Return, word for word, only the lines of the data below that lie between the line with "#216=AXIS2_PLACEMENT_3D('',#75,#24,#39);" and the line with "FreeCAD Python script", those two lines included.

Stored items
[Start of section]

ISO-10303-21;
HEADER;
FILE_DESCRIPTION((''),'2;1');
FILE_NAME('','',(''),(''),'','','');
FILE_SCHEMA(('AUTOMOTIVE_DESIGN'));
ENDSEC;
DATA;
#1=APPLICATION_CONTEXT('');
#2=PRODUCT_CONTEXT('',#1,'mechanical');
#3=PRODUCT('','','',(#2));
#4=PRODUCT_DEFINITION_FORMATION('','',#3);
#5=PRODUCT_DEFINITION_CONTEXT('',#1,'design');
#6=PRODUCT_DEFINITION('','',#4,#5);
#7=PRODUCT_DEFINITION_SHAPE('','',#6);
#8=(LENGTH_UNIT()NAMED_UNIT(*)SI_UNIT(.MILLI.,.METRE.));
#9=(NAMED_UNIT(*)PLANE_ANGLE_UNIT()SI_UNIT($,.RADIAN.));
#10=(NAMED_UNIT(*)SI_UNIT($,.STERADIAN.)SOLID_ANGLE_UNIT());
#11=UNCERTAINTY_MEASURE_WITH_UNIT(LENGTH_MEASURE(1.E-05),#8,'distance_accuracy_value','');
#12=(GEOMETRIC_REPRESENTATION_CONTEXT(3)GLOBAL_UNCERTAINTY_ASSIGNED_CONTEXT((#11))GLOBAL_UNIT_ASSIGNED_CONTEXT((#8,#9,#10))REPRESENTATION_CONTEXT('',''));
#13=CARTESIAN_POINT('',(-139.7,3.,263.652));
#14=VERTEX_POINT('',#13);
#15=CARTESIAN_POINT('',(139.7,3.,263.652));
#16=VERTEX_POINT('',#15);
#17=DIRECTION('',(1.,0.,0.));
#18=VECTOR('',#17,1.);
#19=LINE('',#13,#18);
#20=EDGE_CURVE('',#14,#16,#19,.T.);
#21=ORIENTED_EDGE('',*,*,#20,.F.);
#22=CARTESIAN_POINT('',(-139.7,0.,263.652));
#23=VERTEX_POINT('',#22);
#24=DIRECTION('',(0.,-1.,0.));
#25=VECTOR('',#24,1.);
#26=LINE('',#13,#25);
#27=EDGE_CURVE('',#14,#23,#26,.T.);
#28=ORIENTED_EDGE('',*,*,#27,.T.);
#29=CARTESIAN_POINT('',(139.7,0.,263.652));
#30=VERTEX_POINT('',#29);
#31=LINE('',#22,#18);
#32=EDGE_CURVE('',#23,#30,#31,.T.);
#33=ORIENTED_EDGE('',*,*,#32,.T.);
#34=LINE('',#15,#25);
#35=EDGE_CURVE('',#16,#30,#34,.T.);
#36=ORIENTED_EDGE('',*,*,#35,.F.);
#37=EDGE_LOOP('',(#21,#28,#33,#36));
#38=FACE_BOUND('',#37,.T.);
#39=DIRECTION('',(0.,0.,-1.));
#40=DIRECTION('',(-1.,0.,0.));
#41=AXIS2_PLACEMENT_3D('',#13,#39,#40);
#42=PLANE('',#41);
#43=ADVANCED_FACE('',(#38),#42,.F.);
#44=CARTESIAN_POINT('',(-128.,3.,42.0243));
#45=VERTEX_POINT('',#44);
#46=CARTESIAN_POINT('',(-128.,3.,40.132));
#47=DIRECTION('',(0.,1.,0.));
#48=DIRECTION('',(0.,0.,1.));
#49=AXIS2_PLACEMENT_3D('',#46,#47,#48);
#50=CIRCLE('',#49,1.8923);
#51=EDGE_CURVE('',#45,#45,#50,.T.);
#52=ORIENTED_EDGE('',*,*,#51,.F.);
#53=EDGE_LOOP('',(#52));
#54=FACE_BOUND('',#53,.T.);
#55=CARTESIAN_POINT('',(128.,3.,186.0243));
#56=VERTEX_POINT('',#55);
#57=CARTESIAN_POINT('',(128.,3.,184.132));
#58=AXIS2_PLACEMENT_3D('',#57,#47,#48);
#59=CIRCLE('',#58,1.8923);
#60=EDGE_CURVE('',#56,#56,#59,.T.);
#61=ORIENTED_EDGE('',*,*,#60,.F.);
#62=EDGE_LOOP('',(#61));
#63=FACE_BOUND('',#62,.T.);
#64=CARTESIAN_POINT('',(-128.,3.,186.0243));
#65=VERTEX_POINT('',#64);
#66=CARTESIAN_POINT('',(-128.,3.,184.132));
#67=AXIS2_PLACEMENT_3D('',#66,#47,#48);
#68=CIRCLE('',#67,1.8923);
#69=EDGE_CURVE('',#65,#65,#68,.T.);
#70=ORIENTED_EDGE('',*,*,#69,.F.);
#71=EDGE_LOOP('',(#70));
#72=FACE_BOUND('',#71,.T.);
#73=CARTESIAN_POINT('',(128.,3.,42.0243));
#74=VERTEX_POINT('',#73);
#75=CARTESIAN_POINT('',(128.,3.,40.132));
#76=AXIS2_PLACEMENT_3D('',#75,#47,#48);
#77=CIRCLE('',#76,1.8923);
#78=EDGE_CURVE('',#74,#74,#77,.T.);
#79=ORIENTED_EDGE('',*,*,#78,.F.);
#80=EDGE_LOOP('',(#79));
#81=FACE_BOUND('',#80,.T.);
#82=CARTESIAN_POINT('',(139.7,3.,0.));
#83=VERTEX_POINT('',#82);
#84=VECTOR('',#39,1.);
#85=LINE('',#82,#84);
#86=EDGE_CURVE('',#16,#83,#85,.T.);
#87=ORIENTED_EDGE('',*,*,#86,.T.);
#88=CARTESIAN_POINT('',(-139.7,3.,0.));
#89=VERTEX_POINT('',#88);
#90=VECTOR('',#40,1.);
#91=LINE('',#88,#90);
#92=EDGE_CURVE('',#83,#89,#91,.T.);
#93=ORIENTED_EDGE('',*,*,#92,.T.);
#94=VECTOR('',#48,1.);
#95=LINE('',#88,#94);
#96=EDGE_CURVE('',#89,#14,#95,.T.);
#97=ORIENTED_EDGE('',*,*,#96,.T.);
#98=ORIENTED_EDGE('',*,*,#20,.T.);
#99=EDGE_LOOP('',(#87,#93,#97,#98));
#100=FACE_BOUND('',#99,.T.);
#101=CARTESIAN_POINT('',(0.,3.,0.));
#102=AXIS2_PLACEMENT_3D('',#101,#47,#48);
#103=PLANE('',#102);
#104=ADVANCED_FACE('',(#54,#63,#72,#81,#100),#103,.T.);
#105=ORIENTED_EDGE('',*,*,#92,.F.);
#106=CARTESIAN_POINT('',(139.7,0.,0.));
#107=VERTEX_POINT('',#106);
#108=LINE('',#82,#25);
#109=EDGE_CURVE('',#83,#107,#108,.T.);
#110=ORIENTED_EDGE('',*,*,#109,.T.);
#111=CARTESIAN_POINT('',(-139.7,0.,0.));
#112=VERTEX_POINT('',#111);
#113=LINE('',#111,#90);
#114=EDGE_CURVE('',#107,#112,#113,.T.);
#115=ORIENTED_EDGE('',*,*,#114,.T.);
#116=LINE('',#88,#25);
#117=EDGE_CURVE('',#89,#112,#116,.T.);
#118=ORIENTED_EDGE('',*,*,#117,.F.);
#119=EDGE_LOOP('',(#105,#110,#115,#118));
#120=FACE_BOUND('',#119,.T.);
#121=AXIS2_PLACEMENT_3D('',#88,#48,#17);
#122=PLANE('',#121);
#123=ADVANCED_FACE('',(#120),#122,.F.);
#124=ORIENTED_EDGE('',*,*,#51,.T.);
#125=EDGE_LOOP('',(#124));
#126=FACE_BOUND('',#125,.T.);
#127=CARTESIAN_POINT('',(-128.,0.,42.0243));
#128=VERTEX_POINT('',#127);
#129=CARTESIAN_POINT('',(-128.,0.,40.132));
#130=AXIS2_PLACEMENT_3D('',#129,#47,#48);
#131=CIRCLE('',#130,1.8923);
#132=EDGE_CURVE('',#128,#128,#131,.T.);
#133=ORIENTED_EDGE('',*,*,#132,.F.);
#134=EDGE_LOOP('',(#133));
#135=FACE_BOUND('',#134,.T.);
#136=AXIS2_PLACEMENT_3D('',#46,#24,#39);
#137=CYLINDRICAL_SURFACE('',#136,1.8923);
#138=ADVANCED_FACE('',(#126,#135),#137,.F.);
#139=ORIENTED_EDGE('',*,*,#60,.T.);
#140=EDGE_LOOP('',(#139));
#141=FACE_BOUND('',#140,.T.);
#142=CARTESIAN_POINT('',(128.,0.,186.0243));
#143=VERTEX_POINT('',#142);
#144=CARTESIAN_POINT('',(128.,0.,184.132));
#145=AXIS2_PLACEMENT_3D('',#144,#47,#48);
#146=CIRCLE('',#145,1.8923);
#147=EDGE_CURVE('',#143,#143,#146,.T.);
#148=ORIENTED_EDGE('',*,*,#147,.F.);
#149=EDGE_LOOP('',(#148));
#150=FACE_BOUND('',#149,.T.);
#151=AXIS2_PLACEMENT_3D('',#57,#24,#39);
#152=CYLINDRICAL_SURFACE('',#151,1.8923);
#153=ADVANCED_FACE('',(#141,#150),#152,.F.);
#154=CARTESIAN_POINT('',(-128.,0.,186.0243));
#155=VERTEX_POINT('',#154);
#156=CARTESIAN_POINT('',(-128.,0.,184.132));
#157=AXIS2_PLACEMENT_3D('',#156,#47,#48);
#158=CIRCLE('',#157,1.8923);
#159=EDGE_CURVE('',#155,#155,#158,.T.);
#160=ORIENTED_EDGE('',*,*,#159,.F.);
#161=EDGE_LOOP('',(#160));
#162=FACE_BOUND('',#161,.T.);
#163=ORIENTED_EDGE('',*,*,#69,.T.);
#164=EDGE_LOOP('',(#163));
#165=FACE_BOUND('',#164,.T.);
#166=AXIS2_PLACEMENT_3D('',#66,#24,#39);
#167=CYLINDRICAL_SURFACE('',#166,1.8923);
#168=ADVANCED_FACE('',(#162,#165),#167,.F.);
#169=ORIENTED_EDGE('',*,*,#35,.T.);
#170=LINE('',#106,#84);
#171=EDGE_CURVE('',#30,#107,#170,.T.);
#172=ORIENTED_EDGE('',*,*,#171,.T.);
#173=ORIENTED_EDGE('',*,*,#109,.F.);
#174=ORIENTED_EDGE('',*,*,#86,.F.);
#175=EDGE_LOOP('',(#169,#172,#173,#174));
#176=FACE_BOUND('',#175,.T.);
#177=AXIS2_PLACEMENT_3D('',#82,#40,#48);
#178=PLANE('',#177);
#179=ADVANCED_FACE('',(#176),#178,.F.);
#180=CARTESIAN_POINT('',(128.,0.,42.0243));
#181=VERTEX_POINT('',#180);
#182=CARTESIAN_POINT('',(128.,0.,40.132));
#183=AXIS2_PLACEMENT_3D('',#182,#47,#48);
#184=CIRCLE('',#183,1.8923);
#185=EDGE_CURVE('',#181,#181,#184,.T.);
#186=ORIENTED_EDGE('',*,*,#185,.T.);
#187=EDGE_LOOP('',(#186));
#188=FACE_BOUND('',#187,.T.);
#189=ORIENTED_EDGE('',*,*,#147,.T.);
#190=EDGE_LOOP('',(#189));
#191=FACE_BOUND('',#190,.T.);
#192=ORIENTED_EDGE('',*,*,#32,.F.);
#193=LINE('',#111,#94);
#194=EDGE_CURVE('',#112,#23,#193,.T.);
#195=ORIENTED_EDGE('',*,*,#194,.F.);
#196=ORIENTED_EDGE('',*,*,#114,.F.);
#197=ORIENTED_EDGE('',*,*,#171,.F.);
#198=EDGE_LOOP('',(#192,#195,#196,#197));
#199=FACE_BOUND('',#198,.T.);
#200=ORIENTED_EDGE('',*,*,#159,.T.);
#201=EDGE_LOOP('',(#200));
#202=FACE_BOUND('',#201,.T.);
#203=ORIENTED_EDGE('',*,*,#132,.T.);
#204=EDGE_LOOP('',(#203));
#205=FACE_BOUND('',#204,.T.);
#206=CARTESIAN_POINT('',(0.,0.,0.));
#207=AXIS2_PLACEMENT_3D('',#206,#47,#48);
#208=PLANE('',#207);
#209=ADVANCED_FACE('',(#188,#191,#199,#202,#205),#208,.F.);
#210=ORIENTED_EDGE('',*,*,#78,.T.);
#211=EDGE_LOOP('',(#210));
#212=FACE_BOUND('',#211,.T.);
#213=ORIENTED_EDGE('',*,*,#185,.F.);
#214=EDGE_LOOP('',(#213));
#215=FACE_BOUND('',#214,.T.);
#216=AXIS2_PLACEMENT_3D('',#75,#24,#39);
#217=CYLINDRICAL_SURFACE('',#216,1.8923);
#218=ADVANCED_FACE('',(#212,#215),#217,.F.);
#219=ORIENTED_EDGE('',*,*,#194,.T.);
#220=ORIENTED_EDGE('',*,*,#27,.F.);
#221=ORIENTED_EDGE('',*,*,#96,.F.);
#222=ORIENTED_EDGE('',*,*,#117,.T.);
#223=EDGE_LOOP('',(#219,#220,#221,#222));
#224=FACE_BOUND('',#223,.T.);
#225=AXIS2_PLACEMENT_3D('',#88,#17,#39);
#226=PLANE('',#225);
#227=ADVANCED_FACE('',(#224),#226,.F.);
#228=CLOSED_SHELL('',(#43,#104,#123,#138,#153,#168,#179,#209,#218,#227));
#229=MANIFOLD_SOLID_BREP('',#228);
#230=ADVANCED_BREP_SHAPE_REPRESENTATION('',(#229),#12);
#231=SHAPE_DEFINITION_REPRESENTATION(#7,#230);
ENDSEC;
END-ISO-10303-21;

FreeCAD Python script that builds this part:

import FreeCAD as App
import Part
import Sketcher

V = App.Vector
Q = App.Units.Quantity

doc = App.newDocument("Part")
body = doc.addObject("PartDesign::Body", "Body")

# Sketch on XZ plane
sketch1 = body.newObject("Sketcher::SketchObject", "Sketch")
sketch1.AttachmentSupport = (doc.getObject("XZ_Plane"), [""])
sketch1.MapMode = "FlatFace"
sketch1.addGeometry(Part.LineSegment(V(-139.7, 0, 0), V(-139.7, 263.7, 0)), False)
sketch1.addGeometry(Part.LineSegment(V(-139.7, 263.7, 0), V(139.7, 263.7, 0)), False)
sketch1.addGeometry(Part.LineSegment(V(139.7, 263.7, 0), V(139.7, 0, 0)), False)
sketch1.addGeometry(Part.LineSegment(V(139.7, 0, 0), V(-139.7, 0, 0)), False)
sketch1.addGeometry(Part.Circle(V(-128, 184.1, 0), V(0, 0, 1), 1.9), False)
sketch1.addGeometry(Part.Circle(V(128, 184.1, 0), V(0, 0, 1), 1.9), False)
sketch1.addGeometry(Part.Circle(V(-128, 40.1, 0), V(0, 0, 1), 1.9), False)
sketch1.addGeometry(Part.Circle(V(128, 40.1, 0), V(0, 0, 1), 1.9), False)
sketch1.addConstraint(Sketcher.Constraint("Coincident", 0, 2, 1, 1))
sketch1.addConstraint(Sketcher.Constraint("Coincident", 1, 2, 2, 1))
sketch1.addConstraint(Sketcher.Constraint("Coincident", 2, 2, 3, 1))
sketch1.addConstraint(Sketcher.Constraint("Coincident", 3, 2, 0, 1))
sketch1.addConstraint(Sketcher.Constraint("Vertical", 0))
sketch1.addConstraint(Sketcher.Constraint("Horizontal", 1))
sketch1.addConstraint(Sketcher.Constraint("Vertical", 2))
sketch1.addConstraint(Sketcher.Constraint("Horizontal", 3))
sketch1.addConstraint(Sketcher.Constraint("Equal", 4, 5))
sketch1.addConstraint(Sketcher.Constraint("Equal", 5, 6))
sketch1.addConstraint(Sketcher.Constraint("Equal", 6, 7))
sketch1.addConstraint(Sketcher.Constraint("Symmetric", 2, 2, 3, 2, -1, 1))
sketch1.addConstraint(Sketcher.Constraint("Symmetric", 4, 3, 5, 3, -2))
sketch1.addConstraint(Sketcher.Constraint("Symmetric", 6, 3, 7, 3, -2))
sketch1.addConstraint(Sketcher.Constraint("Vertical", 4, 3, 6, 3))
sketch1.addConstraint(Sketcher.Constraint("DistanceX", 1, 1, 1, 2, Q("11 in")))
sketch1.addConstraint(Sketcher.Constraint("Diameter", 4, Q("0.149 in")))
sketch1.addConstraint(Sketcher.Constraint("DistanceY", 0, 1, 0, 2, Q("10.38 in")))
sketch1.addConstraint(Sketcher.Constraint("DistanceY", 6, 3, 0, 2, Q("8.8 in")))
sketch1.addConstraint(Sketcher.Constraint("DistanceX", 4, 3, -1, 1, Q("128 mm")))
sketch1.addConstraint(Sketcher.Constraint("DistanceY", -1, 1, 4, 3, Q("184.132 mm")))
pad1 = body.newObject("PartDesign::Pad", "Pad")
pad1.Profile = sketch1
pad1.Length = 3
pad1.Reversed = True

doc.recompute()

[End of section]

RESULT
#216=AXIS2_PLACEMENT_3D('',#75,#24,#39);
#217=CYLINDRICAL_SURFACE('',#216,1.8923);
#218=ADVANCED_FACE('',(#212,#215),#217,.F.);
#219=ORIENTED_EDGE('',*,*,#194,.T.);
#220=ORIENTED_EDGE('',*,*,#27,.F.);
#221=ORIENTED_EDGE('',*,*,#96,.F.);
#222=ORIENTED_EDGE('',*,*,#117,.T.);
#223=EDGE_LOOP('',(#219,#220,#221,#222));
#224=FACE_BOUND('',#223,.T.);
#225=AXIS2_PLACEMENT_3D('',#88,#17,#39);
#226=PLANE('',#225);
#227=ADVANCED_FACE('',(#224),#226,.F.);
#228=CLOSED_SHELL('',(#43,#104,#123,#138,#153,#168,#179,#209,#218,#227));
#229=MANIFOLD_SOLID_BREP('',#228);
#230=ADVANCED_BREP_SHAPE_REPRESENTATION('',(#229),#12);
#231=SHAPE_DEFINITION_REPRESENTATION(#7,#230);
ENDSEC;
END-ISO-10303-21;

FreeCAD Python script that builds this part:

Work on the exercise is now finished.